7 / 3 = 2 was even true in python :)
What's a "strongly-typed" language, though? You haven't defined what you mean by that, which is my entire point. Depending on the definition, any language can be called "strongly typed", so it's not a good way to distinguish them.
We had this discussion before and nobody still understands it, sigh.
perl is both.
from the user point of view it is:
1. strongly typed on classes, and its basic types scalars, arrays and hashes.
2. weakly typed in scalars and certain contexts where a strongly typed language would/should fail, e.g. automatic conversion in scalar context for arrays and hashes.
from the performance point of view it is very weak, as it carries the type dynamically in the value, and so you have to do costly but flexible run-time type checks. compile-time checks and type assertions are existent (and should be added for pluggable optimizers), but the most important performance gains have been removed or not added yet.

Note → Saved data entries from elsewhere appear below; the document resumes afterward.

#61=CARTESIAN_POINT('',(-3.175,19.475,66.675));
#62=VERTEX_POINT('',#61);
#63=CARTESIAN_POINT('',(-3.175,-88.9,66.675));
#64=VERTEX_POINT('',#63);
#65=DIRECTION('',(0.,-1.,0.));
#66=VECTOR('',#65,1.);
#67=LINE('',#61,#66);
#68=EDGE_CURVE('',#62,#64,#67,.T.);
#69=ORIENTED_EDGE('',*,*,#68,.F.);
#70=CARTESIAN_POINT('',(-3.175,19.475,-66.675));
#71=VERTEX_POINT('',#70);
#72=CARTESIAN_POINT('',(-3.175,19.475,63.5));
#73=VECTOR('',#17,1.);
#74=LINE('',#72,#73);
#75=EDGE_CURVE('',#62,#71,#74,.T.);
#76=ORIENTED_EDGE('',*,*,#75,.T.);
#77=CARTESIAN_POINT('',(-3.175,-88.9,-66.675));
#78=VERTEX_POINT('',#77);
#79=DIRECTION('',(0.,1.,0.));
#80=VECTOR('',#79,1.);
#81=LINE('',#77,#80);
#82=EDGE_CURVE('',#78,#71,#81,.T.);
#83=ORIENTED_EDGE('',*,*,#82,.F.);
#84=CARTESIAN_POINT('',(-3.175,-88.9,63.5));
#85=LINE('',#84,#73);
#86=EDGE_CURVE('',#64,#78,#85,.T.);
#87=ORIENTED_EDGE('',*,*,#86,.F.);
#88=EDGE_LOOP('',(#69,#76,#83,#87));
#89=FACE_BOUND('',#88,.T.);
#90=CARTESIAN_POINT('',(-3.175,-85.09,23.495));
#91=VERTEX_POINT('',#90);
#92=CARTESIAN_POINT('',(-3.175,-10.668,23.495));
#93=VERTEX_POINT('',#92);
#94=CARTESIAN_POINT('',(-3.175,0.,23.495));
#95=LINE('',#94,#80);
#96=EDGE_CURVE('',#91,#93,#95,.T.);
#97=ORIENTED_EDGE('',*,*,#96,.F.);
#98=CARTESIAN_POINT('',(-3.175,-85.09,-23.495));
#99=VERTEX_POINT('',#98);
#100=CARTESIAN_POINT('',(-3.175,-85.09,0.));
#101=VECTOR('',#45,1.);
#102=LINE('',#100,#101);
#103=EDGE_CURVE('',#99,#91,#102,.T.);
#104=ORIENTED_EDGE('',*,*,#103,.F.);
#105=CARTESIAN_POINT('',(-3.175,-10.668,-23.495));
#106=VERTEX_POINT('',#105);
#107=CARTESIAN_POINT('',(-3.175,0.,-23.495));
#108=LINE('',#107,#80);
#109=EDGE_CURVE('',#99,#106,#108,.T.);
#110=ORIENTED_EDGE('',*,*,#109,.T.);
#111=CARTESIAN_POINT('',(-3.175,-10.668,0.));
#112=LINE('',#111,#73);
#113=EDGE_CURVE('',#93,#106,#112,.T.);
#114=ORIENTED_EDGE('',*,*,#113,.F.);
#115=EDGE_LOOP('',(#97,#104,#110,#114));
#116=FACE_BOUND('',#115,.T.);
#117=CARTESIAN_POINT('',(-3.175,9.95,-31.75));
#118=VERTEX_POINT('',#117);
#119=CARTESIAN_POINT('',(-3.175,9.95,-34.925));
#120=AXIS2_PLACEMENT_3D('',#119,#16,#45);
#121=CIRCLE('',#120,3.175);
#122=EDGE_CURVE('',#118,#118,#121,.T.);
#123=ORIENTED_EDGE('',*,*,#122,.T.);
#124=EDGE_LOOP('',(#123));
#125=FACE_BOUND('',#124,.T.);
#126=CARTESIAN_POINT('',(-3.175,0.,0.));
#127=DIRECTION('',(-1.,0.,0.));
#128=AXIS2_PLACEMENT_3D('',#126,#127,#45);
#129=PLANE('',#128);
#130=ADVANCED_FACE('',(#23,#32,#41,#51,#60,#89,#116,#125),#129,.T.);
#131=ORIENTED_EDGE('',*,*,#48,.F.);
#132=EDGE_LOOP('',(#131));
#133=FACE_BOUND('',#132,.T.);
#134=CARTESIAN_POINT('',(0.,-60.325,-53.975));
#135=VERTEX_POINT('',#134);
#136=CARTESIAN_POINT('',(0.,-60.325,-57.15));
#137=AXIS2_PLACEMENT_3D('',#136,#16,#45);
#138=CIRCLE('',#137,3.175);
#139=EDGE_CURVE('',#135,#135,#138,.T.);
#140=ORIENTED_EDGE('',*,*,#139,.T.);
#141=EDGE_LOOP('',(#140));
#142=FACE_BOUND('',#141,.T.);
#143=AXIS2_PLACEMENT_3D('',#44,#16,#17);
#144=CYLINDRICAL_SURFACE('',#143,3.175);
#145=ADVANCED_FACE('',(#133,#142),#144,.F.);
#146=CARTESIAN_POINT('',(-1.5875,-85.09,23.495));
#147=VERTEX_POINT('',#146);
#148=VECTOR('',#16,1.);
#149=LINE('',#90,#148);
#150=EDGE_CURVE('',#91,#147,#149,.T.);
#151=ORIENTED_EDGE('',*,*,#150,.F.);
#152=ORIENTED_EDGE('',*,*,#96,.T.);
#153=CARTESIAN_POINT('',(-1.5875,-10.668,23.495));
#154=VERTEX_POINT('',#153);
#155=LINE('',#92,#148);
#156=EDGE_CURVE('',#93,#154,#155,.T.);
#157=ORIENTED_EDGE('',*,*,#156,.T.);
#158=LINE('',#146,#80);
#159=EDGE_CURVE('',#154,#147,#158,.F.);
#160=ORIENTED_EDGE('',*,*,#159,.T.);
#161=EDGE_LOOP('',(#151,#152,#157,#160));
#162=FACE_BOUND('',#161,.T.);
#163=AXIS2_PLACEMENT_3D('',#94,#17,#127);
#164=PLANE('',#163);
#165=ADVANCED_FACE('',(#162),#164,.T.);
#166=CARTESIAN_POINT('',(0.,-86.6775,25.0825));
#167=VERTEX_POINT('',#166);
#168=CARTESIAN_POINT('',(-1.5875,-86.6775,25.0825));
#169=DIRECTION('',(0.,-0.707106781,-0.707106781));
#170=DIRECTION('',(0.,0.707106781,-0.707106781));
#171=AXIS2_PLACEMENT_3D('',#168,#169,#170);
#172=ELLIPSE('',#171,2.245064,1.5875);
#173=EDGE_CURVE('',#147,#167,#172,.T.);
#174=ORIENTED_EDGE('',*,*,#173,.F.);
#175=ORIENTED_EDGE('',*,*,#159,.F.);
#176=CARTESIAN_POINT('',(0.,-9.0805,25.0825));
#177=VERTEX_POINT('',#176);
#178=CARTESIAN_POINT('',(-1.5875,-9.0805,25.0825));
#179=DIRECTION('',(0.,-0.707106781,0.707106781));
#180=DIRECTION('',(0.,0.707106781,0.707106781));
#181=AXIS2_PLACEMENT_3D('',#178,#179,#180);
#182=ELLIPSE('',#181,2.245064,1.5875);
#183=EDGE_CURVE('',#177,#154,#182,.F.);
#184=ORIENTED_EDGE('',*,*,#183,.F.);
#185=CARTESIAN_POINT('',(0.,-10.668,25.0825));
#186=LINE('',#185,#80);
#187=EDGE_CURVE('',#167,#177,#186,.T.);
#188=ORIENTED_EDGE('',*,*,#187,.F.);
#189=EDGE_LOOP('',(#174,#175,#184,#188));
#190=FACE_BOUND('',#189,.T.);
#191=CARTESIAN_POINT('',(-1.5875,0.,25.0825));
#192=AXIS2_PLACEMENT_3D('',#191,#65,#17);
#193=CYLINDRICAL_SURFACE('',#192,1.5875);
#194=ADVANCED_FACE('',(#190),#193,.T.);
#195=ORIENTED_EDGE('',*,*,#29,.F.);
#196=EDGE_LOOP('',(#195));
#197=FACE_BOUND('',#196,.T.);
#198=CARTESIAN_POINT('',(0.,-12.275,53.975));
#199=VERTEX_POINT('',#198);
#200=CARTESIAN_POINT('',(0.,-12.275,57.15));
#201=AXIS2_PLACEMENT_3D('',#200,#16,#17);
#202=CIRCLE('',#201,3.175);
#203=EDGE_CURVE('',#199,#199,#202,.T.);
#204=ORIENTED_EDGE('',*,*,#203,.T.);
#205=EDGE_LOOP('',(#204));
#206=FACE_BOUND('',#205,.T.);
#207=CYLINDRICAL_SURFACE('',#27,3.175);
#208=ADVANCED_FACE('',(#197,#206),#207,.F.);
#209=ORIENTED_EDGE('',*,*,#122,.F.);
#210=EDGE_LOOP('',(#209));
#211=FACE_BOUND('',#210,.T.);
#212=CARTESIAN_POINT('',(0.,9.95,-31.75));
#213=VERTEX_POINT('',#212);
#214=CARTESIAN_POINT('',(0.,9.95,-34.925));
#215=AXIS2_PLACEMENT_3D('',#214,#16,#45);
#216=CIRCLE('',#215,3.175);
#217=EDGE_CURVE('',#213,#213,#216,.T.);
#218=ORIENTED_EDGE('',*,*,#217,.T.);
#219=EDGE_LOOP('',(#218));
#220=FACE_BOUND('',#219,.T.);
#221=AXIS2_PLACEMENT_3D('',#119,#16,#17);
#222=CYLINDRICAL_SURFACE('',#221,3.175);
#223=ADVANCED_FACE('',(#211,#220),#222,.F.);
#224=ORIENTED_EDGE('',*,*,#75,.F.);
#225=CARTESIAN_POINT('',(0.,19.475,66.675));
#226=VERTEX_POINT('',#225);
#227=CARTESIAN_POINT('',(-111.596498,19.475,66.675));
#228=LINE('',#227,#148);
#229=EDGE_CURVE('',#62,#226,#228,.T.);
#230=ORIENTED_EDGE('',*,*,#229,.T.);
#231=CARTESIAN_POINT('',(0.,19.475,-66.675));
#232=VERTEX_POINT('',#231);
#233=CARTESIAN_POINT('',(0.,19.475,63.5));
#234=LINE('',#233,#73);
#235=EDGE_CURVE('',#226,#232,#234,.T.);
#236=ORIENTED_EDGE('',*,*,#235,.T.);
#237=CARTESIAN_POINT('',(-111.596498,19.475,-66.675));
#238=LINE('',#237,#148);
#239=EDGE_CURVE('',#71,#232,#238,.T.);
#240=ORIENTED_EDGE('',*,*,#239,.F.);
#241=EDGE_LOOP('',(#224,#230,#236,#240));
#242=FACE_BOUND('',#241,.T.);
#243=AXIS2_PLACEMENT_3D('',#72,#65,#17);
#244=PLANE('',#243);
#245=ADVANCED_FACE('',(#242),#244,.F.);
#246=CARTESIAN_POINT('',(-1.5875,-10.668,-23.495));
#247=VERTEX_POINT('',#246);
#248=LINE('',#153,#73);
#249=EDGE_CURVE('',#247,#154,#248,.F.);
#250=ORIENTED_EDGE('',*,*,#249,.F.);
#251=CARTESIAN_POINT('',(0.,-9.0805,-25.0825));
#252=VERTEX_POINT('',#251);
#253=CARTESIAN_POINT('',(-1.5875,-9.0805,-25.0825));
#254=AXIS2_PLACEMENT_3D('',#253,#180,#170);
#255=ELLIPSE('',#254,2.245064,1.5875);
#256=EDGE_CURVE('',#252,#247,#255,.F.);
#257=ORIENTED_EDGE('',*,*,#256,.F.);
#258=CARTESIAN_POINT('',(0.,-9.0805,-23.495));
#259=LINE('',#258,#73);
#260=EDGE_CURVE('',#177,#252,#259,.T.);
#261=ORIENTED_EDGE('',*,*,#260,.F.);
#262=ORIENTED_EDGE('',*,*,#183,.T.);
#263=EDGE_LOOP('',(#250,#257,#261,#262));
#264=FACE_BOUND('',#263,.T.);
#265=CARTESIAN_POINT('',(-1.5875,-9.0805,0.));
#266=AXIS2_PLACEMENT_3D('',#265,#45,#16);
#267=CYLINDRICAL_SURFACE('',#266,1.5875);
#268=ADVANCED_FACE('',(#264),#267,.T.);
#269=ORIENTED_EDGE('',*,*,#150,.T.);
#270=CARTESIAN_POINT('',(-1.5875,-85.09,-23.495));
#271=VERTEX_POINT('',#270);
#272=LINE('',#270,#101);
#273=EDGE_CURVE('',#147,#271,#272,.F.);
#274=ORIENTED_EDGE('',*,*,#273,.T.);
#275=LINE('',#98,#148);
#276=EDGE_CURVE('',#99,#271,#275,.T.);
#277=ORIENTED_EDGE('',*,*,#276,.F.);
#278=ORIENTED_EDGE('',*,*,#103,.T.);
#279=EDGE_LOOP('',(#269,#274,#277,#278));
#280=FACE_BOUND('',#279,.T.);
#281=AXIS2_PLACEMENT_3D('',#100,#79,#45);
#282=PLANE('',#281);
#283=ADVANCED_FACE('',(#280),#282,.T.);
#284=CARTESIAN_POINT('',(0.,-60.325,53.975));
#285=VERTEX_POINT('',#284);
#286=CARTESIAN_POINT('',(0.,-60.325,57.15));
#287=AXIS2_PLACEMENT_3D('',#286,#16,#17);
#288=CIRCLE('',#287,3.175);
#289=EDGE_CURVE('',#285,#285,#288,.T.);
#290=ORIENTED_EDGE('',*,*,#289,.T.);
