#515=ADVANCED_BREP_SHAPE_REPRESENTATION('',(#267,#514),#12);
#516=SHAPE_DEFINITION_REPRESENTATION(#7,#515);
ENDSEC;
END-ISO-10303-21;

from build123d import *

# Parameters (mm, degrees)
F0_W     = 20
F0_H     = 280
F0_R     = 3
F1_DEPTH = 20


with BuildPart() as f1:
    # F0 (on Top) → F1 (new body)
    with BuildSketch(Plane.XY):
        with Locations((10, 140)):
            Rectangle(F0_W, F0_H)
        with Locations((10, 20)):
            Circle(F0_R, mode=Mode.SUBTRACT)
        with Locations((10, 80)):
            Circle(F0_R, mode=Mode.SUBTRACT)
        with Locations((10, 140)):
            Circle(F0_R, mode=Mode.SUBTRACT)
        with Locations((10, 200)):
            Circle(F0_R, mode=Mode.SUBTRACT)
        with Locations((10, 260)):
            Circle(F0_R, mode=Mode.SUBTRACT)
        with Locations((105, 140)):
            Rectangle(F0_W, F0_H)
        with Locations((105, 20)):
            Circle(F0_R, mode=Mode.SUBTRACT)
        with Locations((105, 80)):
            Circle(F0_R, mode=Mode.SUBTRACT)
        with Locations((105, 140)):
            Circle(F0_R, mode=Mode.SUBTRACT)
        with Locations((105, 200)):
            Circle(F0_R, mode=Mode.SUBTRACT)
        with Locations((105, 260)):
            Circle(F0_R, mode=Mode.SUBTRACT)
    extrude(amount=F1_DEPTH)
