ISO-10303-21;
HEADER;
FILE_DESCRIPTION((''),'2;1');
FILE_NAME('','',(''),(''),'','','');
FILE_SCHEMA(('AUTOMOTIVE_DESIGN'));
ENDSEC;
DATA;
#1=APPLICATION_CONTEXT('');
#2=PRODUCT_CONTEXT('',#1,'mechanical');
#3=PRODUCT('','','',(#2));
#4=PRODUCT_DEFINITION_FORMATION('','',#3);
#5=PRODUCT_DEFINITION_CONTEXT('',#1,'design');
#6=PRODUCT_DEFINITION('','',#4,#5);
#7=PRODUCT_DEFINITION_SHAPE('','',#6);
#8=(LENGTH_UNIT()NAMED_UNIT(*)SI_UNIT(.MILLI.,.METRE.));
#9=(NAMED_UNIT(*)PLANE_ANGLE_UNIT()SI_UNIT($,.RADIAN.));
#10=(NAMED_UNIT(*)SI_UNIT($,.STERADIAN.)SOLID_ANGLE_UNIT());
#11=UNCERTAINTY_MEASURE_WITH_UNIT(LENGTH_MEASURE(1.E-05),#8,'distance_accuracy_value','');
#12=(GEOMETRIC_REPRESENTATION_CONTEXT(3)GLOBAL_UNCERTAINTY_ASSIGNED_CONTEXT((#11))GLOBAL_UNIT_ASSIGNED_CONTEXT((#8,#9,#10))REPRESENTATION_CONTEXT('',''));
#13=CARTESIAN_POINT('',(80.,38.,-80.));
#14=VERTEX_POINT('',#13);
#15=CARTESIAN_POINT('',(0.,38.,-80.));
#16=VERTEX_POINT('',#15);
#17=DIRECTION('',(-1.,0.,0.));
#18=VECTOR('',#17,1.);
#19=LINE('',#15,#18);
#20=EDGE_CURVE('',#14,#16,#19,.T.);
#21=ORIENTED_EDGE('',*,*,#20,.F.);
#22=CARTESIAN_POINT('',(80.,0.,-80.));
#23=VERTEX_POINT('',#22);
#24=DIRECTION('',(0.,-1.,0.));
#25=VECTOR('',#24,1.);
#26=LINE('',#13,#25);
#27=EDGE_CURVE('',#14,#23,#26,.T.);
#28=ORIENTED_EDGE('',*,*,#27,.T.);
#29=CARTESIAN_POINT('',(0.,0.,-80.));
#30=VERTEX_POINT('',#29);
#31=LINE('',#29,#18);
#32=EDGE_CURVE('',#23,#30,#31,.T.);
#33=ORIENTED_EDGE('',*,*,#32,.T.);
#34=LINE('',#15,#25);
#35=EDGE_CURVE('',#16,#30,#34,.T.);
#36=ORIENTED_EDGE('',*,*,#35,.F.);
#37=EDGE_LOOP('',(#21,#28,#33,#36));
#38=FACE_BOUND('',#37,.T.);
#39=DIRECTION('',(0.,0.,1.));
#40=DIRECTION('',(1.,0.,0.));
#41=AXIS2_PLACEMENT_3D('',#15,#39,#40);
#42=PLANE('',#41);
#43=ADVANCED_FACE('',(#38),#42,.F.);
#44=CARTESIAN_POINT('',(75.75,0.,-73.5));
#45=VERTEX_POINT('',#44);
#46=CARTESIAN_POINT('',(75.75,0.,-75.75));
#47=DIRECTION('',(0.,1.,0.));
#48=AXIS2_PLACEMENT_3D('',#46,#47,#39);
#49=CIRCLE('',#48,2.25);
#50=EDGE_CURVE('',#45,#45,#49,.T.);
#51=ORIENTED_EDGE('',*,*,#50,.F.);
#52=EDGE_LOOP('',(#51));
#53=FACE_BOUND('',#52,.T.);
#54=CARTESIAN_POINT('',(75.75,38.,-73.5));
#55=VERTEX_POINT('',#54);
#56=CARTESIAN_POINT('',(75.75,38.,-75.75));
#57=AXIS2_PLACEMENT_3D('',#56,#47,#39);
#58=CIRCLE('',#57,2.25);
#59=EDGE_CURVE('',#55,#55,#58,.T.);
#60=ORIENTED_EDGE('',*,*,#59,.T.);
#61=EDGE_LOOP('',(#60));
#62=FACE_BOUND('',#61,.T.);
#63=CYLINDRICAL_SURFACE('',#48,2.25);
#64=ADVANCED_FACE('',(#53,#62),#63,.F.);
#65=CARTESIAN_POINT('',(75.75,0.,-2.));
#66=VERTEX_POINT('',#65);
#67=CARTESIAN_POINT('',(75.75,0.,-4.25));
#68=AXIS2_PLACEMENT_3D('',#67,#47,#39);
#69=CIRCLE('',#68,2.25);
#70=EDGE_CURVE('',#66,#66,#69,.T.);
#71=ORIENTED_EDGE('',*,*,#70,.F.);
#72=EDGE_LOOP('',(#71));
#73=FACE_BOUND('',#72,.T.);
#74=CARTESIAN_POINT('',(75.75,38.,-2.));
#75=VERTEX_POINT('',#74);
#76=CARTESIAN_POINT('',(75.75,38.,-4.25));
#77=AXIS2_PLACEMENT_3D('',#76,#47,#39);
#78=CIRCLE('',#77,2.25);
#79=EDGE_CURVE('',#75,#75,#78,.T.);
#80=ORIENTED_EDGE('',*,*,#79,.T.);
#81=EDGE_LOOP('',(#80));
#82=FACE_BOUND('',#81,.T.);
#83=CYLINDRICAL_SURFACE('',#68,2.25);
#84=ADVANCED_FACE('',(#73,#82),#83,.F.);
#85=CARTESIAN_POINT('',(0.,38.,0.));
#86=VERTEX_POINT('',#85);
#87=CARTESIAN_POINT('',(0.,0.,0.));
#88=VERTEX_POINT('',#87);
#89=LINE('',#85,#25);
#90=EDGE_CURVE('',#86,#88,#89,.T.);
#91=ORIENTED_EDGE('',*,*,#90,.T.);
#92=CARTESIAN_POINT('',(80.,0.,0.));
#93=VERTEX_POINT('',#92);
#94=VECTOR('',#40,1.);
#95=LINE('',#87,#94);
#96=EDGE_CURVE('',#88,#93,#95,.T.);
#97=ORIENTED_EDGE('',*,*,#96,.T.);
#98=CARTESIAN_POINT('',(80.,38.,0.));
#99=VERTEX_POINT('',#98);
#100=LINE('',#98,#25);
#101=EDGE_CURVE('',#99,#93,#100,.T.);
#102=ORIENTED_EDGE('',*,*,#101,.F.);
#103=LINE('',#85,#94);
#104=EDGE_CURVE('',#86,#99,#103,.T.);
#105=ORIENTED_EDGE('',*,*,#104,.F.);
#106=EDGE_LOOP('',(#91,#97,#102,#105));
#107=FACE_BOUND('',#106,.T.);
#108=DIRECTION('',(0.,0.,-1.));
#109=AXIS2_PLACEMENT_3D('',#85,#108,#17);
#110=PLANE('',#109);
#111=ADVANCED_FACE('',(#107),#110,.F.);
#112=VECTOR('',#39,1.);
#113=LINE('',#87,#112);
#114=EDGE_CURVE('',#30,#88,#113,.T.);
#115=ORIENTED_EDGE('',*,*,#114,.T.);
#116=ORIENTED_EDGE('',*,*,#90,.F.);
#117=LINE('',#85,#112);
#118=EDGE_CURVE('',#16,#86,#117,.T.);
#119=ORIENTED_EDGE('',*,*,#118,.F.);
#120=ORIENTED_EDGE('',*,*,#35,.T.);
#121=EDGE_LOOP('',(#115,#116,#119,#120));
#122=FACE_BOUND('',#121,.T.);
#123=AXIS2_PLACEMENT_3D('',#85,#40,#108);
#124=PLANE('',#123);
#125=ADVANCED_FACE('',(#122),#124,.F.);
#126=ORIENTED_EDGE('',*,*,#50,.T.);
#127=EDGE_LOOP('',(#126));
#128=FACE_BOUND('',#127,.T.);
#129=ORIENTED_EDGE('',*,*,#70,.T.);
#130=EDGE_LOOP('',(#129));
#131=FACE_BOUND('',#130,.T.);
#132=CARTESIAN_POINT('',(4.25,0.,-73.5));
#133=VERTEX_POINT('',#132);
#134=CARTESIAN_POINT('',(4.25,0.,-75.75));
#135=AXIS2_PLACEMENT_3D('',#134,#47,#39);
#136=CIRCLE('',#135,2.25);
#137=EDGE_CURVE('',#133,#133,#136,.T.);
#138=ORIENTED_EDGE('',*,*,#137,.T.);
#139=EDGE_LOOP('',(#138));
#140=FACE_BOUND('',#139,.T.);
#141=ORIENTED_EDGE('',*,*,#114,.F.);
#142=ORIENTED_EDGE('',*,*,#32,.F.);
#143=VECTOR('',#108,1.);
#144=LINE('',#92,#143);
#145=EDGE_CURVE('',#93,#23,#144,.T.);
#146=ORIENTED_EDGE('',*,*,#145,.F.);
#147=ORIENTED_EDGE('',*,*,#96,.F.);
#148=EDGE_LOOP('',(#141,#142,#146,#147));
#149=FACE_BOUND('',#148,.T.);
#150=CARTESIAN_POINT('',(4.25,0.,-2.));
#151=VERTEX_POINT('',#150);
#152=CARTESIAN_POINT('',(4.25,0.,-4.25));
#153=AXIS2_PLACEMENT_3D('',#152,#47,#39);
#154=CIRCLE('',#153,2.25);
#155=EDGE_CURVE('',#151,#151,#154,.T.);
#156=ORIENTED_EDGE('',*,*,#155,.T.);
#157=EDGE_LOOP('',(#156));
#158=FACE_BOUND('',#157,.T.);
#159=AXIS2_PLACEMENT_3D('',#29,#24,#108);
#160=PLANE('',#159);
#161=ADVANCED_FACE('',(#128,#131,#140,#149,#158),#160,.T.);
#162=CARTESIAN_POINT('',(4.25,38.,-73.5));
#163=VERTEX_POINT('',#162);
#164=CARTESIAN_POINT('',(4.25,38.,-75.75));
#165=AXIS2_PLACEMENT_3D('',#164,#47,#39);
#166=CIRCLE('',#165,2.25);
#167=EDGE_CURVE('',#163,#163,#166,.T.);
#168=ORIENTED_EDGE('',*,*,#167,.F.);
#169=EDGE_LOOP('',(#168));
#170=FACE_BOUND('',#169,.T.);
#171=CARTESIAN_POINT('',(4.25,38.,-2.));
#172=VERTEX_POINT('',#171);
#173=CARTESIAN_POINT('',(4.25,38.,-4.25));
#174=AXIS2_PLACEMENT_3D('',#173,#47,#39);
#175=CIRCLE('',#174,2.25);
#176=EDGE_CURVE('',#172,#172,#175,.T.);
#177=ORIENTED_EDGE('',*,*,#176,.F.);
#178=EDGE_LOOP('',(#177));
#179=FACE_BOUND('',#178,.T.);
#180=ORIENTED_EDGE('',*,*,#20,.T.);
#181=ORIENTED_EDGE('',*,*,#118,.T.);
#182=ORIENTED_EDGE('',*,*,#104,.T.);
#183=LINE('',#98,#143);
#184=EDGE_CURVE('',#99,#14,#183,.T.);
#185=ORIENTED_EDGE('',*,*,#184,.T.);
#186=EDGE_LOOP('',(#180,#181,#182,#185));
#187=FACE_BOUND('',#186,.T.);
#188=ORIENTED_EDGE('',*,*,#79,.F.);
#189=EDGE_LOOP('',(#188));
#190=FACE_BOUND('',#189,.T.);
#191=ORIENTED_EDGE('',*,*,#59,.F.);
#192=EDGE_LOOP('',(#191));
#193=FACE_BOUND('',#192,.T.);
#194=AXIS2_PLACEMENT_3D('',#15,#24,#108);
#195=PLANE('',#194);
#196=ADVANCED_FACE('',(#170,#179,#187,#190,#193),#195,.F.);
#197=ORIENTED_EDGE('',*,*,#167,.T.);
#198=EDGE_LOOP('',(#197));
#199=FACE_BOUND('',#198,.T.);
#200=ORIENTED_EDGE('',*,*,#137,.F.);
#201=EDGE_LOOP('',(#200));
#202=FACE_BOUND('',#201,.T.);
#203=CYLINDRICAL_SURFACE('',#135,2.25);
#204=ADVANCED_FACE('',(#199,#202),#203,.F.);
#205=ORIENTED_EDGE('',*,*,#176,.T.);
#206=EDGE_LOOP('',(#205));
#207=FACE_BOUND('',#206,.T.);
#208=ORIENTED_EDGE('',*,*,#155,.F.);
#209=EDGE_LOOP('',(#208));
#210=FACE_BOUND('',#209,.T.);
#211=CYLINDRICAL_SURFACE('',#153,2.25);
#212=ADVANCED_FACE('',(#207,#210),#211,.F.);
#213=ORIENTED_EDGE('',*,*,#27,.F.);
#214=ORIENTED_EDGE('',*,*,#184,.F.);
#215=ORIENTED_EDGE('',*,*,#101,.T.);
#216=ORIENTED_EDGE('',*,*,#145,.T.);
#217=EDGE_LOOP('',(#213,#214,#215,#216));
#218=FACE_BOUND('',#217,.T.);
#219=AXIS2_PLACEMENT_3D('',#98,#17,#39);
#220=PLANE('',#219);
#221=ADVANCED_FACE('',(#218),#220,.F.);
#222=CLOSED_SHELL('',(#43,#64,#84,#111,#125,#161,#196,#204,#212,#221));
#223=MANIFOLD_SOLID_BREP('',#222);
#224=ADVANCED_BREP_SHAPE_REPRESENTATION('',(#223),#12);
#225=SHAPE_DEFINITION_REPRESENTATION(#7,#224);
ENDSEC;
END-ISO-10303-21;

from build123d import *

# Parameters (mm, degrees)
SKETCH1_W           = 80
SKETCH1_H           = 80
BOSS_EXTRUDE1_DEPTH = 38
SKETCH2_R           = 2.25
CUT_EXTRUDE1_DEPTH  = 120.348229983


with BuildPart() as part:
    # Sketch1 → Boss-Extrude1 (new body)
    with BuildSketch(Plane(origin=(0, 0, 0), x_dir=(1, 0, 0), z_dir=(0, 1, 0))):
        with Locations((40, 40)):
            Rectangle(SKETCH1_W, SKETCH1_H)
    extrude(amount=BOSS_EXTRUDE1_DEPTH)

    # Sketch2 → Cut-Extrude1 (cut, through all)
    with BuildSketch(Plane(origin=(0, 38, 0), x_dir=(1, 0, 0), z_dir=(0, 1, 0))):
        with Locations(Location((4.25, 75.75, 0), (0, 0, 270))):
            Circle(SKETCH2_R)
        with Locations(Location((75.75, 75.75, 0), (0, 0, 270))):
            Circle(SKETCH2_R)
        with Locations(Location((75.75, 4.25, 0), (0, 0, 270))):
            Circle(SKETCH2_R)
        with Locations(Location((4.25, 4.25, 0), (0, 0, 270))):
            Circle(SKETCH2_R)
    extrude(amount=-CUT_EXTRUDE1_DEPTH, mode=Mode.SUBTRACT)


solid = part.part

inferred i_opt (using the fast integer ops) was removed by not understanding the concept,
use integer or strict 'refs' are seldom used, but mostly static method calls were not added at all. in better languages you can have bot.h, dynamic for flexibility and static for performance and safety, in perl you always have to search a string value in a package hash, at least mro is new used for the package inheritance tree, which should be dynamic for typical perl hacks. A dynamic language with static objects (types) would e.g. carry a type pointer in each value, we have it, the STASH. But a it also store the compile-time cv for each method call op, or at least at run-time cached after the first lookup.class hierarchy changes would then dirty the cv.
Or when switching to strong disallow such run-time changes.
Lots of type optimizations are possible.
Perl is both what? Which definitions are you using for both "strong" and "weak"? My point is that those words don't mean much. That's why they are useless in this discussion. Still, they are the words you use, and, unlike what I posted, you assumed a definition of each. You know what you mean, but since people disagree on the terms, you don't know what people think you mean. Maybe that's why you have to sigh.
If you write it
push @$array, 'foo'
, Perl still has to wait until the last moment to know if that line will work.Wonderful post!
The responses so far tickle me so.
Even with such a well argued and written article you will fail to make sense to many.
Your argument reminds me of the different between art and science.
An artist spends they're time interpreting what they sense.
A scientist measures it.
I don't really care when Perl has to know. I care when people think Perl has to know, and when they think about what they have to do to get it right. That is, how does syntax frame thought?
That’s not what you said. But point taken.
What's not what I said when? My comment about when people think Perl has to know is what I was talking about in under "How soon do I find out about type errors?". In my first response to you I said the same thing. People are going to think about it differently.
If you're talking about the "how syntax frames thought", that's the theme of the original post, although only as part of the entire picture.
I'm not sure what part you didn't think I said previously.